Directions: Copy out each line below that has the word "align" in it.

########################################

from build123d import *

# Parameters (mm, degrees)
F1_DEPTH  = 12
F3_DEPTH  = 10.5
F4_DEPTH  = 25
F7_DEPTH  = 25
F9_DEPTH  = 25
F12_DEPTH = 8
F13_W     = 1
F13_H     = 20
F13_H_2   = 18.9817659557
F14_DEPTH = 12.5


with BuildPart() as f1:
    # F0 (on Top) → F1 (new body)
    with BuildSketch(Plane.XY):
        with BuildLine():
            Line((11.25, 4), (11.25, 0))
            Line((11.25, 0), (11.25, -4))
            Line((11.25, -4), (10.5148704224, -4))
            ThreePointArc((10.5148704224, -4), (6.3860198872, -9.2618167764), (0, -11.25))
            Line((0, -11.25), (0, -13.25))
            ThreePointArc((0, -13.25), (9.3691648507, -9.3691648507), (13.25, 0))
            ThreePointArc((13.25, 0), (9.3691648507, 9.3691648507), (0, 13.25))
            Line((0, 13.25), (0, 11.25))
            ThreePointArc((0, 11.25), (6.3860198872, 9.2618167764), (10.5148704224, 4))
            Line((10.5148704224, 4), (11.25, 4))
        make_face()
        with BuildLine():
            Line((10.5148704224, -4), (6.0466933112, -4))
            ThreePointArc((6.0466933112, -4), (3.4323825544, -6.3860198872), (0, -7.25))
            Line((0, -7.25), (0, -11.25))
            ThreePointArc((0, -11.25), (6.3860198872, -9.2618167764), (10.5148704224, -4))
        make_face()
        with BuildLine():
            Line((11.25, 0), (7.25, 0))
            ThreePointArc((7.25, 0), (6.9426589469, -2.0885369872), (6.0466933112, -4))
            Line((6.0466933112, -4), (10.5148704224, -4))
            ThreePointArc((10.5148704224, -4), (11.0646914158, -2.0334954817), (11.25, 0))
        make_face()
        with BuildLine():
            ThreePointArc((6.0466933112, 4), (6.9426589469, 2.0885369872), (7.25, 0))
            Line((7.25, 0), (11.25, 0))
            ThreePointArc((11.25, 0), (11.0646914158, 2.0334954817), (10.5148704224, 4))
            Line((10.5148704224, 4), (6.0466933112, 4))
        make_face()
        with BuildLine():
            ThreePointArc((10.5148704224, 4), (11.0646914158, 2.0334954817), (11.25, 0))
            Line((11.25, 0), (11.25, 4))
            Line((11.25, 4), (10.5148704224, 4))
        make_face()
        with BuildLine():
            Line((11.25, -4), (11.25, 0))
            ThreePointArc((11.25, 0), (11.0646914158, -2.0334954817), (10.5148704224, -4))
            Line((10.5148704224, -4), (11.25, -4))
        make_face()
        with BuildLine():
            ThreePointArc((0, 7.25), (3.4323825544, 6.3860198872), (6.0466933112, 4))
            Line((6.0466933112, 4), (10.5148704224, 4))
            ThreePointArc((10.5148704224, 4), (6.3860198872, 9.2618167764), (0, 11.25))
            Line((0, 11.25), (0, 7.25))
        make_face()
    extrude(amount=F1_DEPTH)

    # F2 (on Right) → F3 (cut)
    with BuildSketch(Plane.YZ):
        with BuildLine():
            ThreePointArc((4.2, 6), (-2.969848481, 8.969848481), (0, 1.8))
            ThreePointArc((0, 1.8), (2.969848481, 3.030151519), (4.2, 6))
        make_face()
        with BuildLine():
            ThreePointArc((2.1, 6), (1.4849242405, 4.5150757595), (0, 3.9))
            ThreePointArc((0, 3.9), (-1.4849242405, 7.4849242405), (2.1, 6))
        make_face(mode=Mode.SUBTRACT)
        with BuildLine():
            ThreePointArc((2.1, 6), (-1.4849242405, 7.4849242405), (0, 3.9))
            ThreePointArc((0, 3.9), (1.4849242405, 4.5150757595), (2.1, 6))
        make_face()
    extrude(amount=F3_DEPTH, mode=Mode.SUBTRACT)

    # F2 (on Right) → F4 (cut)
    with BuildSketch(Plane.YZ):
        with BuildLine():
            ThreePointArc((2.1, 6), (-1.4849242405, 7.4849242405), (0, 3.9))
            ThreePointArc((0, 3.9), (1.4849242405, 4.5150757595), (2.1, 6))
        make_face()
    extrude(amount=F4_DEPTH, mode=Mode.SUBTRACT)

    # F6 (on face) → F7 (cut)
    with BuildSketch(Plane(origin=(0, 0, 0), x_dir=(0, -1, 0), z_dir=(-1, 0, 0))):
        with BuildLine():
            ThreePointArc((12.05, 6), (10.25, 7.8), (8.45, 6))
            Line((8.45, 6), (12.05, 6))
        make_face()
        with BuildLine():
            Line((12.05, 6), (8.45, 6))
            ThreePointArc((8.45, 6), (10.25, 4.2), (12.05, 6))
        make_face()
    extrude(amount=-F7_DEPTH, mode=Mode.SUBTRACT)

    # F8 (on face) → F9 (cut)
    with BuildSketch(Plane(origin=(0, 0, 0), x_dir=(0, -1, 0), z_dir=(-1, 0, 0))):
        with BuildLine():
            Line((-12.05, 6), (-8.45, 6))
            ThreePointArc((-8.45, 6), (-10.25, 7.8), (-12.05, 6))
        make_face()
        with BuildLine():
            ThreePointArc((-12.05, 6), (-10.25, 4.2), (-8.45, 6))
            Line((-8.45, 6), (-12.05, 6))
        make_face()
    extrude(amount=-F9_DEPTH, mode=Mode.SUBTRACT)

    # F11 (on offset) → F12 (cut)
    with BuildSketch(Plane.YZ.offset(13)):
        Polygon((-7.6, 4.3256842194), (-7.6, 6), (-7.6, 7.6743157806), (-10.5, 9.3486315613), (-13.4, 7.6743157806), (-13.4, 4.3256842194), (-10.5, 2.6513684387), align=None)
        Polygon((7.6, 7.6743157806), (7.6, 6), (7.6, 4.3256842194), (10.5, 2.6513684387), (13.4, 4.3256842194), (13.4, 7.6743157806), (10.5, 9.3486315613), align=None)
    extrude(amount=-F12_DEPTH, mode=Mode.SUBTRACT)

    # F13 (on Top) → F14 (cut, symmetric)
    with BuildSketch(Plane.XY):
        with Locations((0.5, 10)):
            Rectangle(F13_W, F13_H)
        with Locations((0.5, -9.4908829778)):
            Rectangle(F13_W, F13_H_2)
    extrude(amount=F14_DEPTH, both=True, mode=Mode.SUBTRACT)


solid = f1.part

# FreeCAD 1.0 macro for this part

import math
import FreeCAD as App
import Part
import Sketcher

V = App.Vector
Q = App.Units.Quantity

doc = App.newDocument("Part")
body = doc.addObject("PartDesign::Body", "Body")

# Sketch on XY plane
sketch1 = doc.addObject("Sketcher::SketchObject", "Sketch")
body.addObject(sketch1)
sketch1.AttachmentSupport = (doc.XY_Plane, [""])
sketch1.MapMode = "FlatFace"
sketch1.addGeometry(Part.ArcOfCircle(Part.Circle(V(0, 0, 0), V(0, 0, 1), 7.25), math.radians(0), math.radians(33.485377)), False)
sketch1.addGeometry(Part.ArcOfCircle(Part.Circle(V(0, 0, 0), V(0, 0, 1), 7.25), math.radians(-33.485377), math.radians(0)), False)
sketch1.addGeometry(Part.ArcOfCircle(Part.Circle(V(0, 0, 0), V(0, 0, 1), 7.25), math.radians(-90), math.radians(-33.485377)), False)
sketch1.addGeometry(Part.LineSegment(V(0, -7.25, 0), V(0, -13.25, 0)), False)
sketch1.addGeometry(Part.ArcOfCircle(Part.Circle(V(0, 0, 0), V(0, 0, 1), 13.25), math.radians(-90), math.radians(0)), False)
sketch1.addGeometry(Part.ArcOfCircle(Part.Circle(V(0, 0, 0), V(0, 0, 1), 13.25), math.radians(0), math.radians(90)), False)
sketch1.addGeometry(Part.LineSegment(V(0, 13.25, 0), V(0, 7.25, 0)), False)
sketch1.addGeometry(Part.ArcOfCircle(Part.Circle(V(0, 0, 0), V(0, 0, 1), 7.25), math.radians(33.485377), math.radians(90)), False)
sketch1.addConstraint(Sketcher.Constraint("Tangent", 0, 1, 1, 2))
sketch1.addConstraint(Sketcher.Constraint("Tangent", 1, 1, 2, 2))
sketch1.addConstraint(Sketcher.Constraint("Coincident", 2, 1, 3, 1))
sketch1.addConstraint(Sketcher.Constraint("Coincident", 3, 2, 4, 1))
sketch1.addConstraint(Sketcher.Constraint("Tangent", 4, 2, 5, 1))
sketch1.addConstraint(Sketcher.Constraint("Coincident", 5, 2, 6, 1))
sketch1.addConstraint(Sketcher.Constraint("Coincident", 6, 2, 7, 2))
sketch1.addConstraint(Sketcher.Constraint("Tangent", 7, 1, 0, 2))
sketch1.addConstraint(Sketcher.Constraint("Vertical", 3))
sketch1.addConstraint(Sketcher.Constraint("Vertical", 6))
sketch1.addConstraint(Sketcher.Constraint("Coincident", 0, 3, -1, 1))
sketch1.addConstraint(Sketcher.Constraint("Coincident", 2, 3, -1, 1))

########################################

Solution for this task:
        Polygon((-7.6, 4.3256842194), (-7.6, 6), (-7.6, 7.6743157806), (-10.5, 9.3486315613), (-13.4, 7.6743157806), (-13.4, 4.3256842194), (-10.5, 2.6513684387), align=None)
        Polygon((7.6, 7.6743157806), (7.6, 6), (7.6, 4.3256842194), (10.5, 2.6513684387), (13.4, 4.3256842194), (13.4, 7.6743157806), (10.5, 9.3486315613), align=None)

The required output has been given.